Although Apple CEO Steve Jobs was recently voted the “most admired entrepreneur” among the 12 to 17 year-old age group, Ballmer told the audience “it is important to remember that 96 times out of 100 worldwide, people choose a PC with Windows – that’s a good thing,” according to Seattle, Wash.-based TechFlash.

Asked how Microsoft plans to compete against the iPhone and Google’s Android cell phone operating system, Ballmer said the Redmond, Wash.-based company intends to “focus on the software that goes into phones as opposed to building phones.”

In another exchange, Ballmer, who succeeded founder Bill Gates to lead the Windows maker, said Apple’s advances amounted to a “couple of tenths of a percent of market share.” The Microsoft CEO quickly added “every couple of tenths matter. They matter when we’re increasing our Bing market share, too.” Microsoft’s upstart search engine Bing is attempting to shave some market share from search leader Google.
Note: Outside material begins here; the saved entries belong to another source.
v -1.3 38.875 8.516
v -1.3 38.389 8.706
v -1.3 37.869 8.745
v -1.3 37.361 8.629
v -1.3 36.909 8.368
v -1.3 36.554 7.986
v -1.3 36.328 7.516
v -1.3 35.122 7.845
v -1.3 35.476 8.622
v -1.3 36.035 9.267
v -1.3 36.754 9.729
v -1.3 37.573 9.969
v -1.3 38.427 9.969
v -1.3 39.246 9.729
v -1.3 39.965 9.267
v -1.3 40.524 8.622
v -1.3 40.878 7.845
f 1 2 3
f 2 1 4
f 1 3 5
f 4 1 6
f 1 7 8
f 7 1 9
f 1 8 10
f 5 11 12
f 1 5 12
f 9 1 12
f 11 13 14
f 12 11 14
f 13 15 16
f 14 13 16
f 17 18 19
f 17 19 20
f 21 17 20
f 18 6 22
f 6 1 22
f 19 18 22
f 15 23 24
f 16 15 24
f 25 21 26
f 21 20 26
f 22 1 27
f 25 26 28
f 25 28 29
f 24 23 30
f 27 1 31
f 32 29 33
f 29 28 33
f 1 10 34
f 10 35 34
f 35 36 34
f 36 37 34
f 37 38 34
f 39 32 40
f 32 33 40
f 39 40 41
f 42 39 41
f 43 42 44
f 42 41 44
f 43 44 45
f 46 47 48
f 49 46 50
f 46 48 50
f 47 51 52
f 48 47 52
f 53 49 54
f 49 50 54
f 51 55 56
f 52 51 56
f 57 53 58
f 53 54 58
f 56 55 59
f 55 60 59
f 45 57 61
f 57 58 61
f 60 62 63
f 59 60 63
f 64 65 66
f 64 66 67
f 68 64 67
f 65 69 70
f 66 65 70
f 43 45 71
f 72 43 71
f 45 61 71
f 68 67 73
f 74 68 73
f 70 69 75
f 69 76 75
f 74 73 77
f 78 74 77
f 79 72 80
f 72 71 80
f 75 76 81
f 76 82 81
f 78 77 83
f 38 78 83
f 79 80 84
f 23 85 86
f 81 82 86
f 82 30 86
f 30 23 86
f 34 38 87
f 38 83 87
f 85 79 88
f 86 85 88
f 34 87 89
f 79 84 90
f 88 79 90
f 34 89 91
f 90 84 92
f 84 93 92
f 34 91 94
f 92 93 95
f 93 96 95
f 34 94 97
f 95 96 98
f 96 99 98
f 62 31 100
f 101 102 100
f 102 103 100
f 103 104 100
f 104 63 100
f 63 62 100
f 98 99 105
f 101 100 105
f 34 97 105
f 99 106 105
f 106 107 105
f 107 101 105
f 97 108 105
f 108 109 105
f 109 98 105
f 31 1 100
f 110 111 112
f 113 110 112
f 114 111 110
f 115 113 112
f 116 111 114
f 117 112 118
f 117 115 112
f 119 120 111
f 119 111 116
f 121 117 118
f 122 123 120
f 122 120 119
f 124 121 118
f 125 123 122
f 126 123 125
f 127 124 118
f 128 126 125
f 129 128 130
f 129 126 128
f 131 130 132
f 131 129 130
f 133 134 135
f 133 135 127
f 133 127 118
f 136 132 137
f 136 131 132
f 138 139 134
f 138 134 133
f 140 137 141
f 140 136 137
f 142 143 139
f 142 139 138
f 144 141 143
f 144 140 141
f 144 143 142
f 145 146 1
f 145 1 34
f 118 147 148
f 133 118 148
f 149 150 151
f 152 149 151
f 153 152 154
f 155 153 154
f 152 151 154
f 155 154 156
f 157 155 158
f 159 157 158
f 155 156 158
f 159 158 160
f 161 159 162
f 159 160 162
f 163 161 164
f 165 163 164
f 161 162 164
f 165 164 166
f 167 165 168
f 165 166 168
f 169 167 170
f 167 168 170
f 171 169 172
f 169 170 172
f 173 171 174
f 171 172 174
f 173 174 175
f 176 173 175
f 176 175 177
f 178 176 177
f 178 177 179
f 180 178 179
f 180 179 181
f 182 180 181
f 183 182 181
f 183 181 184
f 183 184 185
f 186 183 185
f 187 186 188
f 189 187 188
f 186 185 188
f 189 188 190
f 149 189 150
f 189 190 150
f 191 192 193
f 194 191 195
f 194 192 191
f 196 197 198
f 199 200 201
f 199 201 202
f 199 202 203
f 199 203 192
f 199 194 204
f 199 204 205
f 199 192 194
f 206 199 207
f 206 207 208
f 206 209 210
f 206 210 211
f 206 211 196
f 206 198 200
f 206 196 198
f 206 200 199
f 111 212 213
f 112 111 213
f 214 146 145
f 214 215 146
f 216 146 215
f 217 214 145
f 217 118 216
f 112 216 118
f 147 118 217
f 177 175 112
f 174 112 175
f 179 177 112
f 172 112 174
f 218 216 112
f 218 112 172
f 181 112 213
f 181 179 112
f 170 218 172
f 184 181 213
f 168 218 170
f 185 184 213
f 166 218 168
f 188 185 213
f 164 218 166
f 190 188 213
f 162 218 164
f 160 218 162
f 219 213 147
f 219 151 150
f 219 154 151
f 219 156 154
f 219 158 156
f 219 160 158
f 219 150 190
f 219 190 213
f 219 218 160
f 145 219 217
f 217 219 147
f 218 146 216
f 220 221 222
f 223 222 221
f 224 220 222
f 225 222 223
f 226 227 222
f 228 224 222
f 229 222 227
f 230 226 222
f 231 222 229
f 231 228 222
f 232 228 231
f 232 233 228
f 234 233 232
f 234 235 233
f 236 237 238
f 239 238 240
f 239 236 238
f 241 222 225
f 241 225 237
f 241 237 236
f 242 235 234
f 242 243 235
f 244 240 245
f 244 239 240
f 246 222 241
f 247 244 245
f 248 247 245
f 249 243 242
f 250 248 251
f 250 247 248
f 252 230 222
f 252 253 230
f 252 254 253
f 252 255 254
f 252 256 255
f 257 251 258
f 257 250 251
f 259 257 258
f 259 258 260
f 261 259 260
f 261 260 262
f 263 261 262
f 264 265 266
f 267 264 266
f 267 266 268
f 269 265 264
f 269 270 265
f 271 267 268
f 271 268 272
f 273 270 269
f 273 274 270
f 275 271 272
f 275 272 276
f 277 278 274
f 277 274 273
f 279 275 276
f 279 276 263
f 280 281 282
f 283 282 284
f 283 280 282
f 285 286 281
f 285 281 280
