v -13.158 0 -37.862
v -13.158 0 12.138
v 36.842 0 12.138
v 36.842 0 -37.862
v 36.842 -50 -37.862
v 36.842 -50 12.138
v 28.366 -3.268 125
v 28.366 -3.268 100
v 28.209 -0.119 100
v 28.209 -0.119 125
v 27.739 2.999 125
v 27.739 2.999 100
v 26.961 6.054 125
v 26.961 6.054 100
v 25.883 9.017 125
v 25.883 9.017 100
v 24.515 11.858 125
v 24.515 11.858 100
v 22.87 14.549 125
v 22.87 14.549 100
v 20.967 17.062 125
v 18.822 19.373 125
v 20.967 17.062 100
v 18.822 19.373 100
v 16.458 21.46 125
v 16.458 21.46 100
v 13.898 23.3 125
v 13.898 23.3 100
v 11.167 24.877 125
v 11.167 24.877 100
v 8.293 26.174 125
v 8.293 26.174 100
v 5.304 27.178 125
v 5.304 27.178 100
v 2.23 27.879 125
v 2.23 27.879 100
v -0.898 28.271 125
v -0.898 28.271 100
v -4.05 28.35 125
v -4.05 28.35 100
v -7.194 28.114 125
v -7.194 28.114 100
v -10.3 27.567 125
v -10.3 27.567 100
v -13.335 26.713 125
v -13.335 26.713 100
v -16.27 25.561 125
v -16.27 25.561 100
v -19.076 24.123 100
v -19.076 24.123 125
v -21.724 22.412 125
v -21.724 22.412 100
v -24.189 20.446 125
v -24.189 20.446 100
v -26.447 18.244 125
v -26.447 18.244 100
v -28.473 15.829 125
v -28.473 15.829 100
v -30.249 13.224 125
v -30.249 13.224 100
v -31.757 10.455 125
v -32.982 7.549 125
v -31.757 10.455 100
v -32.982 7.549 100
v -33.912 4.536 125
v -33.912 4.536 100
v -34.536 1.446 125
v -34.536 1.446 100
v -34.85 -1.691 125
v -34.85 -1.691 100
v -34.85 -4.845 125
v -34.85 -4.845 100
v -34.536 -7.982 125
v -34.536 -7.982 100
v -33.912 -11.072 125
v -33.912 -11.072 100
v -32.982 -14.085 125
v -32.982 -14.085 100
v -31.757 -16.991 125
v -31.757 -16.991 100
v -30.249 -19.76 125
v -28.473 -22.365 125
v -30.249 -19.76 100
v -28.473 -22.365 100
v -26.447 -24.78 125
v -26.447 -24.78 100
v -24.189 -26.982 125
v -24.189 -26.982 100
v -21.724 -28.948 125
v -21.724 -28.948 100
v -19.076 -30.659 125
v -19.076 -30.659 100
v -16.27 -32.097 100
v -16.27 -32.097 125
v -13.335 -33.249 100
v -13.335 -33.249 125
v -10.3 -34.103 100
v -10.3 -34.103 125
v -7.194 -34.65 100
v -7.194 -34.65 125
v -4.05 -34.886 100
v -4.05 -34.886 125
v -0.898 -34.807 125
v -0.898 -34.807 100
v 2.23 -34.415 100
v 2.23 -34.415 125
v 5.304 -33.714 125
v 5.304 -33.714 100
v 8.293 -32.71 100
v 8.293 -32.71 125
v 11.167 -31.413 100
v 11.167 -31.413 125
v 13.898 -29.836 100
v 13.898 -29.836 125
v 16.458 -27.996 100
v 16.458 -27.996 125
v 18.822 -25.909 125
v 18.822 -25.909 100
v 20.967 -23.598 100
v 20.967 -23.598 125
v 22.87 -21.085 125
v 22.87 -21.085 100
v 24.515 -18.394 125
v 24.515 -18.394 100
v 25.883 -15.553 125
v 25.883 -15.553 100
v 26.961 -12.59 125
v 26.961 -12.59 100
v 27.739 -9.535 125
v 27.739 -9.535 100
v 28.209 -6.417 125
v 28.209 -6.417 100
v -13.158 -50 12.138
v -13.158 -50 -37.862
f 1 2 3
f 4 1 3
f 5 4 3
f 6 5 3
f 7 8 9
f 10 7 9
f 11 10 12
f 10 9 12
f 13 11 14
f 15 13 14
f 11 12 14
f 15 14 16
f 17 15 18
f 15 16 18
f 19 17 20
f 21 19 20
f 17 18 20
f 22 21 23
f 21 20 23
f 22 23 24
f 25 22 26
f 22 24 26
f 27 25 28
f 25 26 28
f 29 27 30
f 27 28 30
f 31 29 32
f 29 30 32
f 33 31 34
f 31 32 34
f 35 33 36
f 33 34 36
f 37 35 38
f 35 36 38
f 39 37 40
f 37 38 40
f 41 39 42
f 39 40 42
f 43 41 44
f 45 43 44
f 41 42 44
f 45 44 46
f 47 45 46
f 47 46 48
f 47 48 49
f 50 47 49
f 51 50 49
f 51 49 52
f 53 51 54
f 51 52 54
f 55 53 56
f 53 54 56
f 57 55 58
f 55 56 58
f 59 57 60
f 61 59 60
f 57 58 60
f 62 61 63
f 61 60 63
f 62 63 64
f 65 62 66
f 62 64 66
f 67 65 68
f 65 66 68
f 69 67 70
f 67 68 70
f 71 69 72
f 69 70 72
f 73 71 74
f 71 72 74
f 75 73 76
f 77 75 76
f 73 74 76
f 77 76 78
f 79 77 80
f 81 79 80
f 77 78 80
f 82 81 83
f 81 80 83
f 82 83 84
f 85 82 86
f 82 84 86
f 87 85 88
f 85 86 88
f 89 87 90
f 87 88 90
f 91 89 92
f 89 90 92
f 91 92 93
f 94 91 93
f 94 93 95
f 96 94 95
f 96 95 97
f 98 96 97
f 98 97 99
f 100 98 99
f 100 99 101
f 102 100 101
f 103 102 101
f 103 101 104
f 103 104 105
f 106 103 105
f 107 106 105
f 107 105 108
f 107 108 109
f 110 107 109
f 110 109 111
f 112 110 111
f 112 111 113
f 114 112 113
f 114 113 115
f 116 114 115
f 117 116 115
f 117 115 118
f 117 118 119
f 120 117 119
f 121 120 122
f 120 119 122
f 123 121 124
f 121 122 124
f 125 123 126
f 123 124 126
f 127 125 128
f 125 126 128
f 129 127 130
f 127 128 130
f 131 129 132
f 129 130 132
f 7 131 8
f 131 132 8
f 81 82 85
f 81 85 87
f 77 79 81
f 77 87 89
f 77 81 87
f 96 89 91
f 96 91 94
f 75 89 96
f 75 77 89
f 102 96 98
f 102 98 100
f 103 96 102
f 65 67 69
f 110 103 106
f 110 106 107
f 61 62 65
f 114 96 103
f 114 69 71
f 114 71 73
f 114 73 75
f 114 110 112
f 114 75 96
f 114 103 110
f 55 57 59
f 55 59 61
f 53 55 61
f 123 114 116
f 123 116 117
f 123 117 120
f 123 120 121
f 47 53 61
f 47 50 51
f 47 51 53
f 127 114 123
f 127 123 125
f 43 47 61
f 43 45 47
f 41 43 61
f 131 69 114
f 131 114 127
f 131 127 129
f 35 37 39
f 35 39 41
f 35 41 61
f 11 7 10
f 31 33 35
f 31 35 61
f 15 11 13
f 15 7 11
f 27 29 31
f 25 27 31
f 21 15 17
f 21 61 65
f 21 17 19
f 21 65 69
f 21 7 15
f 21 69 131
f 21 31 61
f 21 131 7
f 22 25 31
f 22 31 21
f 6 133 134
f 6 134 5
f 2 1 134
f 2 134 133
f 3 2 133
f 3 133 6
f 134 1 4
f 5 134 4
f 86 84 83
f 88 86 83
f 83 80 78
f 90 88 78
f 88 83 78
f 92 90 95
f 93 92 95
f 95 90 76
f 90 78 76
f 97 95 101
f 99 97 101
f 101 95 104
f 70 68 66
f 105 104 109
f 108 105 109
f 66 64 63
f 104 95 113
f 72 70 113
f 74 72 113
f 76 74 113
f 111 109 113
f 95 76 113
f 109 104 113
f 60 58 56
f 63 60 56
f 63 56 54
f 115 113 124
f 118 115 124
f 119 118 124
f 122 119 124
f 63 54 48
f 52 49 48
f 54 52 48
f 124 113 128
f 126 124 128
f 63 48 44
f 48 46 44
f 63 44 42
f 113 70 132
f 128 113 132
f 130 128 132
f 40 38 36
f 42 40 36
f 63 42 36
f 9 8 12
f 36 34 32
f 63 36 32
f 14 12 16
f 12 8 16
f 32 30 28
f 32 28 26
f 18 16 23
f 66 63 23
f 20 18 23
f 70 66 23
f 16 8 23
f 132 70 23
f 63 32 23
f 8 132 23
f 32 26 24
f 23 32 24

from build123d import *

# Parameters (mm, degrees)
F0_W     = 50
F0_H     = 50
F1_DEPTH = 50
F3_R     = 31.627873
F4_DEPTH = 25


with BuildPart() as f1:
    # F0 (on Front) → F1 (new body)
    with BuildSketch(Plane.XZ):
        with Locations((11.842105, -12.861841)):
            Rectangle(F0_W, F0_H)
    extrude(amount=F1_DEPTH)


with BuildPart() as f4:
    # F3 (on offset) → F4 (new body)
    with BuildSketch(Plane.XY.offset(100)):
        with Locations((-3.261681, -3.267993)):
            Circle(F3_R)
    extrude(amount=F4_DEPTH)


solid = Compound([f1.part, f4.part])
The remarks resembled earlier comments Ballmer made on Apple’s increasing market share. In July Ballmer told financial analysts Apple’s upswing was a “a rounding error.”

Although Microsoft founder Bill Gates attended the annual shareholders’ meeting, he did not participate in the give-and-take with the audience, reports said Friday.

[Via TechFlash and AppleInsider]

About the author

Ed Sutherland

Ed Sutherland is a veteran technology journalist who first heard of Apple when they grew on trees, Yahoo was run out of a Stanford dorm and Google was an unknown upstart. Since then, Sutherland has covered the whole technology landscape, concentrating on tracking the trends and figuring out the finances of large (and small) technology companies.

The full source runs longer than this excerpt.